# Iowa Chops



## capitalist swine (Jan 7, 2010)

Hello all, Im new to smoking (only helped my brother a few times) just got a smoker to Christmas and cant wait to start. Thank goodness I'm a pig farmer and have plenty to practice with! 

Like I mentioned I am brand new so please forgive any stupid questions! If anyone has any sage advise or pointers I am all ears!


----------



## scarbelly (Jan 7, 2010)

Welcome to SMF - be sure to take Jeff's 5 day course and ask lots of questions. Glad to have you with us


----------



## chef jeff tx (Jan 7, 2010)

Howdy & welcome!!


----------



## smokebuzz (Jan 7, 2010)

AGAIN,  IT"S ANOTHER HAWKEYE!!!!!

I think half the states population is now members here

WELCOME, glad ya found us!!!


----------



## beer-b-q (Jan 7, 2010)

Welcome, Glad to have you with us. This is the place to learn, lots of good info and helpful friendly Members.

For Those of you New to Smoking, be sure to check out Jeff's 5 Day Smoking Basics eCourse.
Click Here it's "FREE"... 5 Day eCourse

How to post Qview to Forum:

When you uploading to Photobucket I always use the Large IMG setting, 640 x 480 it is a nice size...

Everyone here enjoys seeing the Qview so be sure to post plenty of pics...

Large ones that us old people with bad eyes can see.



For Step By Step Instructions On Posting Qview Check Out This Tutorial

http://www.smokingmeatforums.com/for...ad.php?t=82034


----------



## irishteabear (Jan 7, 2010)

Welcome to SMF.  Glad you joined us.


----------



## morkdach (Jan 7, 2010)

no stupid 
	

	
	
		
		



		
			






's here my friend just ask away & show us what ya got.
alot of pork to practice with oh wow


----------



## ol' smokey (Jan 7, 2010)

Welcome to the SMF.


----------



## bassman (Jan 7, 2010)

Welcome to the forum.  Also, thank you for helping to supply us with the meat products we love for our smoking addiction.


----------



## jdt (Jan 7, 2010)

welcome from des moines, can we just order now or do you want to get to know us a little before we start trying to buy meat from ya


----------



## mballi3011 (Jan 7, 2010)

First off welcome to *SMF*. You'll like it here cause there are abunch of good folks here that would just love to help you out with just about anything to do with smoking.
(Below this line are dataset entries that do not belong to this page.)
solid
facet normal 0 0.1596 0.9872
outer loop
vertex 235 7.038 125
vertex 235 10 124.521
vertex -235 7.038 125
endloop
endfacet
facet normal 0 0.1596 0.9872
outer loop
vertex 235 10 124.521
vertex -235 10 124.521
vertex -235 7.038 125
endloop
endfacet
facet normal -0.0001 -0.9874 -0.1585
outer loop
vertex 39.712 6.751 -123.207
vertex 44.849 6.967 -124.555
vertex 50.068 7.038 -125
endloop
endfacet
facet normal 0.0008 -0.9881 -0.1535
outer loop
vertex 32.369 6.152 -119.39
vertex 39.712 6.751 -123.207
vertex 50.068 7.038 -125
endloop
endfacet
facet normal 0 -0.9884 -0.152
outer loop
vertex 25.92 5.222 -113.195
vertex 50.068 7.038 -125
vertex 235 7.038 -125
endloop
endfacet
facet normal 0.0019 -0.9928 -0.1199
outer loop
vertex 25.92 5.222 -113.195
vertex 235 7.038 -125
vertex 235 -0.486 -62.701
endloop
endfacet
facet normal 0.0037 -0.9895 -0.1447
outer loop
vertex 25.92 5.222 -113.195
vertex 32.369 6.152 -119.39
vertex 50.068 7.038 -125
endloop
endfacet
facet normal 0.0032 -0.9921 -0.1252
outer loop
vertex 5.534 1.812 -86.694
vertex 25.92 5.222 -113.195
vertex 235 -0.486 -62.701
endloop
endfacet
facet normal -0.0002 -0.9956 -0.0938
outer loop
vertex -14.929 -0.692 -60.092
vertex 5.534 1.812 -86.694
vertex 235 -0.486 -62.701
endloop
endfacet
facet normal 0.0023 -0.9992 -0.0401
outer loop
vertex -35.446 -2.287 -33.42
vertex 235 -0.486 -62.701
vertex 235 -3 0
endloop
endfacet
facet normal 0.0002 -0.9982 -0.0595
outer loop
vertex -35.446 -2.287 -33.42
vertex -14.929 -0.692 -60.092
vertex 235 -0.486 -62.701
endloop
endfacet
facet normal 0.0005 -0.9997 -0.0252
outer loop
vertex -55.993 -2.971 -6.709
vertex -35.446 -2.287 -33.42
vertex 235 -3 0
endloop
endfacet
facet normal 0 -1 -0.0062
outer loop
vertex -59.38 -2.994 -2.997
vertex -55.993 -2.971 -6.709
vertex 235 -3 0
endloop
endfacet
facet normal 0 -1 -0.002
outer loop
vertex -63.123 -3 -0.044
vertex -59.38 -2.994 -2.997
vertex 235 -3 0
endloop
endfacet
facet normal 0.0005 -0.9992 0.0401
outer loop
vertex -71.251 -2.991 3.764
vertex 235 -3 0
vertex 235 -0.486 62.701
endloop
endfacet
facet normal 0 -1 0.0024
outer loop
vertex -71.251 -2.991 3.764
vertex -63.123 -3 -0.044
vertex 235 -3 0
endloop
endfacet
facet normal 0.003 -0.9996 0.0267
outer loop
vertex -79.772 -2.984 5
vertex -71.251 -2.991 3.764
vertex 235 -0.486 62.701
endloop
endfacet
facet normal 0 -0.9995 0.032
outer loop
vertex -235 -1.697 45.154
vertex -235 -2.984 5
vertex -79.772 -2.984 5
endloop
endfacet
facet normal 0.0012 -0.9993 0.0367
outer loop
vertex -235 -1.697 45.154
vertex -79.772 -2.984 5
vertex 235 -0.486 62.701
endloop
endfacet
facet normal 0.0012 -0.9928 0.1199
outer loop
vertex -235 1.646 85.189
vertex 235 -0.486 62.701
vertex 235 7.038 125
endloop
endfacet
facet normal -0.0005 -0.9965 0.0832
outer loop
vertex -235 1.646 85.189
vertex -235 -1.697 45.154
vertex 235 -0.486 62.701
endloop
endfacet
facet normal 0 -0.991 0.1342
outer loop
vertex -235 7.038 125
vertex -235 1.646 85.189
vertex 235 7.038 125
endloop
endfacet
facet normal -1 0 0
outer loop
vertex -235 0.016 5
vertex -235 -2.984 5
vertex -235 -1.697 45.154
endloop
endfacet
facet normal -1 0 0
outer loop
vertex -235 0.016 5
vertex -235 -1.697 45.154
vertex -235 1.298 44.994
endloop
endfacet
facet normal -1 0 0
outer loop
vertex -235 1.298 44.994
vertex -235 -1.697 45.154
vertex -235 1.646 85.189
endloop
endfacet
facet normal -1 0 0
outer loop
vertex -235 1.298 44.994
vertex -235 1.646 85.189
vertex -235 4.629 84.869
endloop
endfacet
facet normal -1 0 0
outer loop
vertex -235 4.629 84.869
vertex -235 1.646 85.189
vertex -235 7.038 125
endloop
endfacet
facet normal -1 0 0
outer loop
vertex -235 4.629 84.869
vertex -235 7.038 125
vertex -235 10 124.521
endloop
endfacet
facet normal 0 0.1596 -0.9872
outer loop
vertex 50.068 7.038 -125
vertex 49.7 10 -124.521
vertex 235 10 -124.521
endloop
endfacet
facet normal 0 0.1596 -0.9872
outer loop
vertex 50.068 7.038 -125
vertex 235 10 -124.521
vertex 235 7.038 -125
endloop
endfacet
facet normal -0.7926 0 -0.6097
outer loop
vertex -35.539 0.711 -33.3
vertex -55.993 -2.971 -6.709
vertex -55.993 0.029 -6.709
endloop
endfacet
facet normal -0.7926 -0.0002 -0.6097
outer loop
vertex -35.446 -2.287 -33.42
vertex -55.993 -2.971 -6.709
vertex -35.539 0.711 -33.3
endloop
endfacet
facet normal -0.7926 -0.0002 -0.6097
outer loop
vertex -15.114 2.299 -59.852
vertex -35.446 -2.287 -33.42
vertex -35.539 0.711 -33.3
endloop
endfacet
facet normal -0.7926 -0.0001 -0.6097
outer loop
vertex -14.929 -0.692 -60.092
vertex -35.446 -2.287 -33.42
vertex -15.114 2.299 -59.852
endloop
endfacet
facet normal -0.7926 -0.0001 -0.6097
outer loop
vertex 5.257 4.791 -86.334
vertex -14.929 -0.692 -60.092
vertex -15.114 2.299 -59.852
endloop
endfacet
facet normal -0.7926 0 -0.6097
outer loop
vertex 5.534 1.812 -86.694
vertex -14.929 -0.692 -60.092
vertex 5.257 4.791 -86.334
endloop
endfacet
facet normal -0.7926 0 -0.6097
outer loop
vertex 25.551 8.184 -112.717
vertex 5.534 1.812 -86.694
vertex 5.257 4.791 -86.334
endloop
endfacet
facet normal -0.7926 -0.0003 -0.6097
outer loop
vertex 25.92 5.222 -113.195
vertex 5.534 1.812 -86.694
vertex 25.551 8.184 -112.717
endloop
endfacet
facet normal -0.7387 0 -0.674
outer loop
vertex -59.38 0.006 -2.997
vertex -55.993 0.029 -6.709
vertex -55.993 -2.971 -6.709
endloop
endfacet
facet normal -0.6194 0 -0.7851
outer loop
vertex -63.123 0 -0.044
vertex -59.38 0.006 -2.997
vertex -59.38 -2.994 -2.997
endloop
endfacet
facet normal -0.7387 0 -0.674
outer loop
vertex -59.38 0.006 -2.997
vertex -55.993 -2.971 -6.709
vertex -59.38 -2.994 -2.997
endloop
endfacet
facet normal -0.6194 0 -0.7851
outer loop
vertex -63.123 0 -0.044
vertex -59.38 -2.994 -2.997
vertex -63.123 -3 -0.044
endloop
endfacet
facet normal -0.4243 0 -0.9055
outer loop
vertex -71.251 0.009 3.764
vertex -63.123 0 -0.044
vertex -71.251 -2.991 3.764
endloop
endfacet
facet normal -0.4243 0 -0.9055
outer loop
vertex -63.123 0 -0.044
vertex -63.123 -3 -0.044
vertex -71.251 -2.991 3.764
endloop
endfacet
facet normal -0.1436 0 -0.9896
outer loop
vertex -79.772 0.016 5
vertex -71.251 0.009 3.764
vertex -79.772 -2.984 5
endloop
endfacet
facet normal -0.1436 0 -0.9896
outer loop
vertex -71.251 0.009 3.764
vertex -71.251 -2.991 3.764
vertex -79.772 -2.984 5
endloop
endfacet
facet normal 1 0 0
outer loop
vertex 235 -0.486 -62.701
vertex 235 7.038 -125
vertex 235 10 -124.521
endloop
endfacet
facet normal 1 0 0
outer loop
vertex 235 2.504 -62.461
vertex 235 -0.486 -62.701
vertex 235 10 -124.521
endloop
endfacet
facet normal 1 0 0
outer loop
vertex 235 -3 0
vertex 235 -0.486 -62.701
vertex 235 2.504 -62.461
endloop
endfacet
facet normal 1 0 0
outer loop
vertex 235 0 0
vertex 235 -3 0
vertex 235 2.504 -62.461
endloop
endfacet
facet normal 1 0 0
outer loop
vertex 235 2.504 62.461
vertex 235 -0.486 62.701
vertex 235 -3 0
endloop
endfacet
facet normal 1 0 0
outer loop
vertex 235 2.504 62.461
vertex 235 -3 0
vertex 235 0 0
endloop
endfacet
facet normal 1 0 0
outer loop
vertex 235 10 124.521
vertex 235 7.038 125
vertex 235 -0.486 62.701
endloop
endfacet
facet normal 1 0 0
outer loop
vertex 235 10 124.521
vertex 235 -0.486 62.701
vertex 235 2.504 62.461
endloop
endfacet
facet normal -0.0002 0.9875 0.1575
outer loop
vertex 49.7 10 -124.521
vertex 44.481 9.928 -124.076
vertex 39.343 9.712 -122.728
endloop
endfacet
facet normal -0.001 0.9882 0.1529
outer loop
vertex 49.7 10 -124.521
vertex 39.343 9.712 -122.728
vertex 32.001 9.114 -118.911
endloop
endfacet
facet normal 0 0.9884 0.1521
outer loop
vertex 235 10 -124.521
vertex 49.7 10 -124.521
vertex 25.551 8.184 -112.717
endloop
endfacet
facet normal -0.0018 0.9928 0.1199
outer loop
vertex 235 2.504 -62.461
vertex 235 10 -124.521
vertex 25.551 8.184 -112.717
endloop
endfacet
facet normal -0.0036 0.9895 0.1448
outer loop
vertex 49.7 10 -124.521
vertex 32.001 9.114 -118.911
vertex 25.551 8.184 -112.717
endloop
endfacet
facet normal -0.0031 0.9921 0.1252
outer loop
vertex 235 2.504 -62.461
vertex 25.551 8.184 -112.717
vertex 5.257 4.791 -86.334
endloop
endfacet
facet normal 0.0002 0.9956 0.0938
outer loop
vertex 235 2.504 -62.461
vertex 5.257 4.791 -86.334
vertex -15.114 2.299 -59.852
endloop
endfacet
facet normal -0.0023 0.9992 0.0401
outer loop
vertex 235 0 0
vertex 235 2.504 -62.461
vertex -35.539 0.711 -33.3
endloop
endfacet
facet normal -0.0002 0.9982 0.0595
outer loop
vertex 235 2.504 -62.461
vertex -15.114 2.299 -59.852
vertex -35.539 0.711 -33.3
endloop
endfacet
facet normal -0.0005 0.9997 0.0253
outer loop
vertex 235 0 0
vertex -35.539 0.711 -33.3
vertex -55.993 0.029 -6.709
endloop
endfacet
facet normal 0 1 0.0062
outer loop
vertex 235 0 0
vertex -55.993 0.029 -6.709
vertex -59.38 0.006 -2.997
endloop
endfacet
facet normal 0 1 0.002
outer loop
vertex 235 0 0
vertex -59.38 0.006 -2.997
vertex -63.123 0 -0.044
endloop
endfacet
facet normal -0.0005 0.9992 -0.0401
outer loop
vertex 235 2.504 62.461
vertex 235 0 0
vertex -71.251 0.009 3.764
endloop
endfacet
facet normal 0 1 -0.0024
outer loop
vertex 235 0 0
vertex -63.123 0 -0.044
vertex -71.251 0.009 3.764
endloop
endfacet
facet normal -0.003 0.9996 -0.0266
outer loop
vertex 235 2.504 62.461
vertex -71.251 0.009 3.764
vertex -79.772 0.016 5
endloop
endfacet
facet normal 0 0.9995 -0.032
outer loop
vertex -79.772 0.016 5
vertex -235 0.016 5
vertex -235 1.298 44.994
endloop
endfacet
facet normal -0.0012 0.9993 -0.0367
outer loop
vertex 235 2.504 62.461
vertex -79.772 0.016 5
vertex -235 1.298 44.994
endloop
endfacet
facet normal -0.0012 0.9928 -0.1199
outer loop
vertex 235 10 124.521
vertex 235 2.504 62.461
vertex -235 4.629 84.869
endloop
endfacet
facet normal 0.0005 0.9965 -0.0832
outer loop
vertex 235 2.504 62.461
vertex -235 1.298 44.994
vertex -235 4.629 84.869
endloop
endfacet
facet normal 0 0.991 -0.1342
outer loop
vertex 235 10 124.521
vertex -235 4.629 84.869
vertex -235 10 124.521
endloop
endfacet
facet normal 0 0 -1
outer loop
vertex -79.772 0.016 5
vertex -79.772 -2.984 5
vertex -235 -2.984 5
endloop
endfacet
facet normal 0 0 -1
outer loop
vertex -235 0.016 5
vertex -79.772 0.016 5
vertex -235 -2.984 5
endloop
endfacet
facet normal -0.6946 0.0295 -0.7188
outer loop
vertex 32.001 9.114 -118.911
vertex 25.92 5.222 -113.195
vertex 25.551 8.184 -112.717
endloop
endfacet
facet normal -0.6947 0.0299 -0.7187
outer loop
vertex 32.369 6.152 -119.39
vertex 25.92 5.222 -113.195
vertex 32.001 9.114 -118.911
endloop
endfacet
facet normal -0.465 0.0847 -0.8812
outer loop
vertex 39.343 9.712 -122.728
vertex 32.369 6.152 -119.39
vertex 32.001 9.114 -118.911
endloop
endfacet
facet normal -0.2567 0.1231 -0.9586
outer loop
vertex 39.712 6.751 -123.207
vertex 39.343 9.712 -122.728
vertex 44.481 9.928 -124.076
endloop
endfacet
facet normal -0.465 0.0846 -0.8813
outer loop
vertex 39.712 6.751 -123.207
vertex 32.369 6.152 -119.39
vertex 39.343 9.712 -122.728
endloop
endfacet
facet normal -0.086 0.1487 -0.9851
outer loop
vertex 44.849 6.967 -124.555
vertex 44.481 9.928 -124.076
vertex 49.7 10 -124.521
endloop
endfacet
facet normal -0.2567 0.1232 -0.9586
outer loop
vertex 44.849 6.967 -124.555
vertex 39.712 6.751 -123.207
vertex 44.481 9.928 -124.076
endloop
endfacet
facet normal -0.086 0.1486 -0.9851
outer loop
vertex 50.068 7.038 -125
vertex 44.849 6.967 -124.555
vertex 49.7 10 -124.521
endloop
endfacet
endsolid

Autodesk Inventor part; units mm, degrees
ref_plane "YZ Plane" through (0, 0, 0) normal (1, 0, 0) x (0, 1, 0)
ref_plane "XZ Plane" through (0, 0, 0) normal (0, 1, 0) x (-1, 0, 0)
ref_plane "XY Plane" through (0, 0, 0) normal (0, 0, 1) x (1, 0, 0)
sketch "スケッチ1" plane through (0, 0, 0) normal (1, 0, 0) x (0, 1, 0)
  arc A0 (7.0384, 125) -> (7.0384, -125) centre (780.277, 0) ccw
  arc A1 (10, 124.5212) -> (10, -124.5212) centre (780.277, 0) ccw
  line L0 (10, 124.5212) -> (7.0384, 125)
  line L1 (10, -124.5212) -> (7.0384, -125)
  line L2 (0, -175) -> (0, 175) projected
  line L3 (10, 124.5212) -> (10, -124.5212)
  point P0 (0, 0)
  point P1 (0, 0)
  dimension "d0" = 3
  dimension "d1" = 250
  dimension "d2" = 10
extrude "押し出し1" add sketch "スケッチ1" along normal mid plane 470 contours L0 A1 L2 A0 | L2 A0 | L2 A1 L1 A0
sketch "スケッチ2" plane through (0, 0, 0) normal (0, 1, 0) x (-1, 0, 0)
  line L0 (65, 5) -> (235, 5)
  line L1 (235, -125) -> (-235, -125) projected
  line L2 (235, 124.5212) -> (235, -124.5212) projected
  line L3 (235, -124.5212) -> (-235, -124.5212) projected
  line L4 (-235, 125) -> (235, 125) projected
  line L5 (65, 5) -> (-35, -125)
  line L6 (-235, -124.5212) -> (-235, 124.5212) projected
  line L7 (235, 5) -> (235, -125)
  line L8 (-35, -125) -> (235, -125)
  point P0 (0, 0)
  dimension "d5" = 120
  dimension "d6" = 200
  dimension "d7" = 300
extrude "押し出し2" cut sketch "スケッチ2" along normal through all both and the other way through all
fillet "フィレット1" radius 30 2 edges at (-65, -1.484, 5) (34.8159, 8.5192, -124.7606)
properties part number "type7_element_base" material "CFRP"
We really like to have newbies here because they can bring in a new propective to how things are done. There's nothing like a new set of eyes to give and new way to make things that little differant to make things alittle better. So I hope you know about the *Qview* here. 
http://www.smokingmeatforums.com/for...ad.php?t=58920
Here's a link to photobucket it's free and easy to download pictures. Then if your really new to smoking Look up the E-course. 
http://www.smokingmeatforums.com/for...play.php?f=127
It's also free and it will give you the basics of smoking. So after all of that you just need to go grab something to smoke and if you have any question just post them here and we will answer it quickly so you don't have any mishaps with your smoke. 
Welcome To Your New Addiction


----------



## richoso1 (Jan 7, 2010)

Welcome to the SMF, and don't be shy with any questions you have. We have a friendly membership with folks who like to share good times.


----------



## treegje (Jan 7, 2010)

Welcome to the SMF,We are glad to have you onboard


----------



## iamaxxer (Jan 7, 2010)

Hello to another Iowan... what area you from?


----------



## capitalist swine (Jan 7, 2010)

Im from Huxley, It right between Ames and Ankeny.


----------



## smokebuzz (Jan 7, 2010)

I'm just over the way in Nevada


----------



## the dude abides (Jan 7, 2010)

I like the way you're thinking JDT!  

Welcome from another Hawkeye, down in Des Moines.


----------



## etcher1 (Jan 7, 2010)

Welcome to the *SMF* forum, You came to the right place. Good people and good info.


----------



## meateater (Jan 7, 2010)

Welcome to the SMF. Glad to have you here. Lots of good folks here and knowledge. Looking forward to your first qview.


----------



## capitalist swine (Jan 8, 2010)

Perhaps we can work something out.


----------



## iamaxxer (Jan 8, 2010)

I'm from Waverly... north of Waterloo...


----------



## capitalist swine (Jan 8, 2010)

Just out of curiosity how many Iowas do we have here?


----------



## smokebuzz (Jan 8, 2010)

probly over 100, 15-20 active regularly


----------



## smokebuzz (Jan 8, 2010)

search show 98, but not all have "Iowa" in there location.


----------



## point blank (Jan 8, 2010)

Fairbank here, just NE of Waterloo


----------



## smokebuzz (Jan 8, 2010)

I'm getting ready to order a knfe from a maker in Fairbank.


----------



## bbqmaverick (Jan 8, 2010)

Welcome to the forum.  No stupid questions here.  If anyone gives you any crap and says it's a stupid question they don't belong here.  Good to see another Iowan here.


----------



## new vision (Jan 10, 2010)

Welcome from Southern Iowa!!! Now you did it, I'm going to have to go to Fareway for some Iowa Chops!!!


----------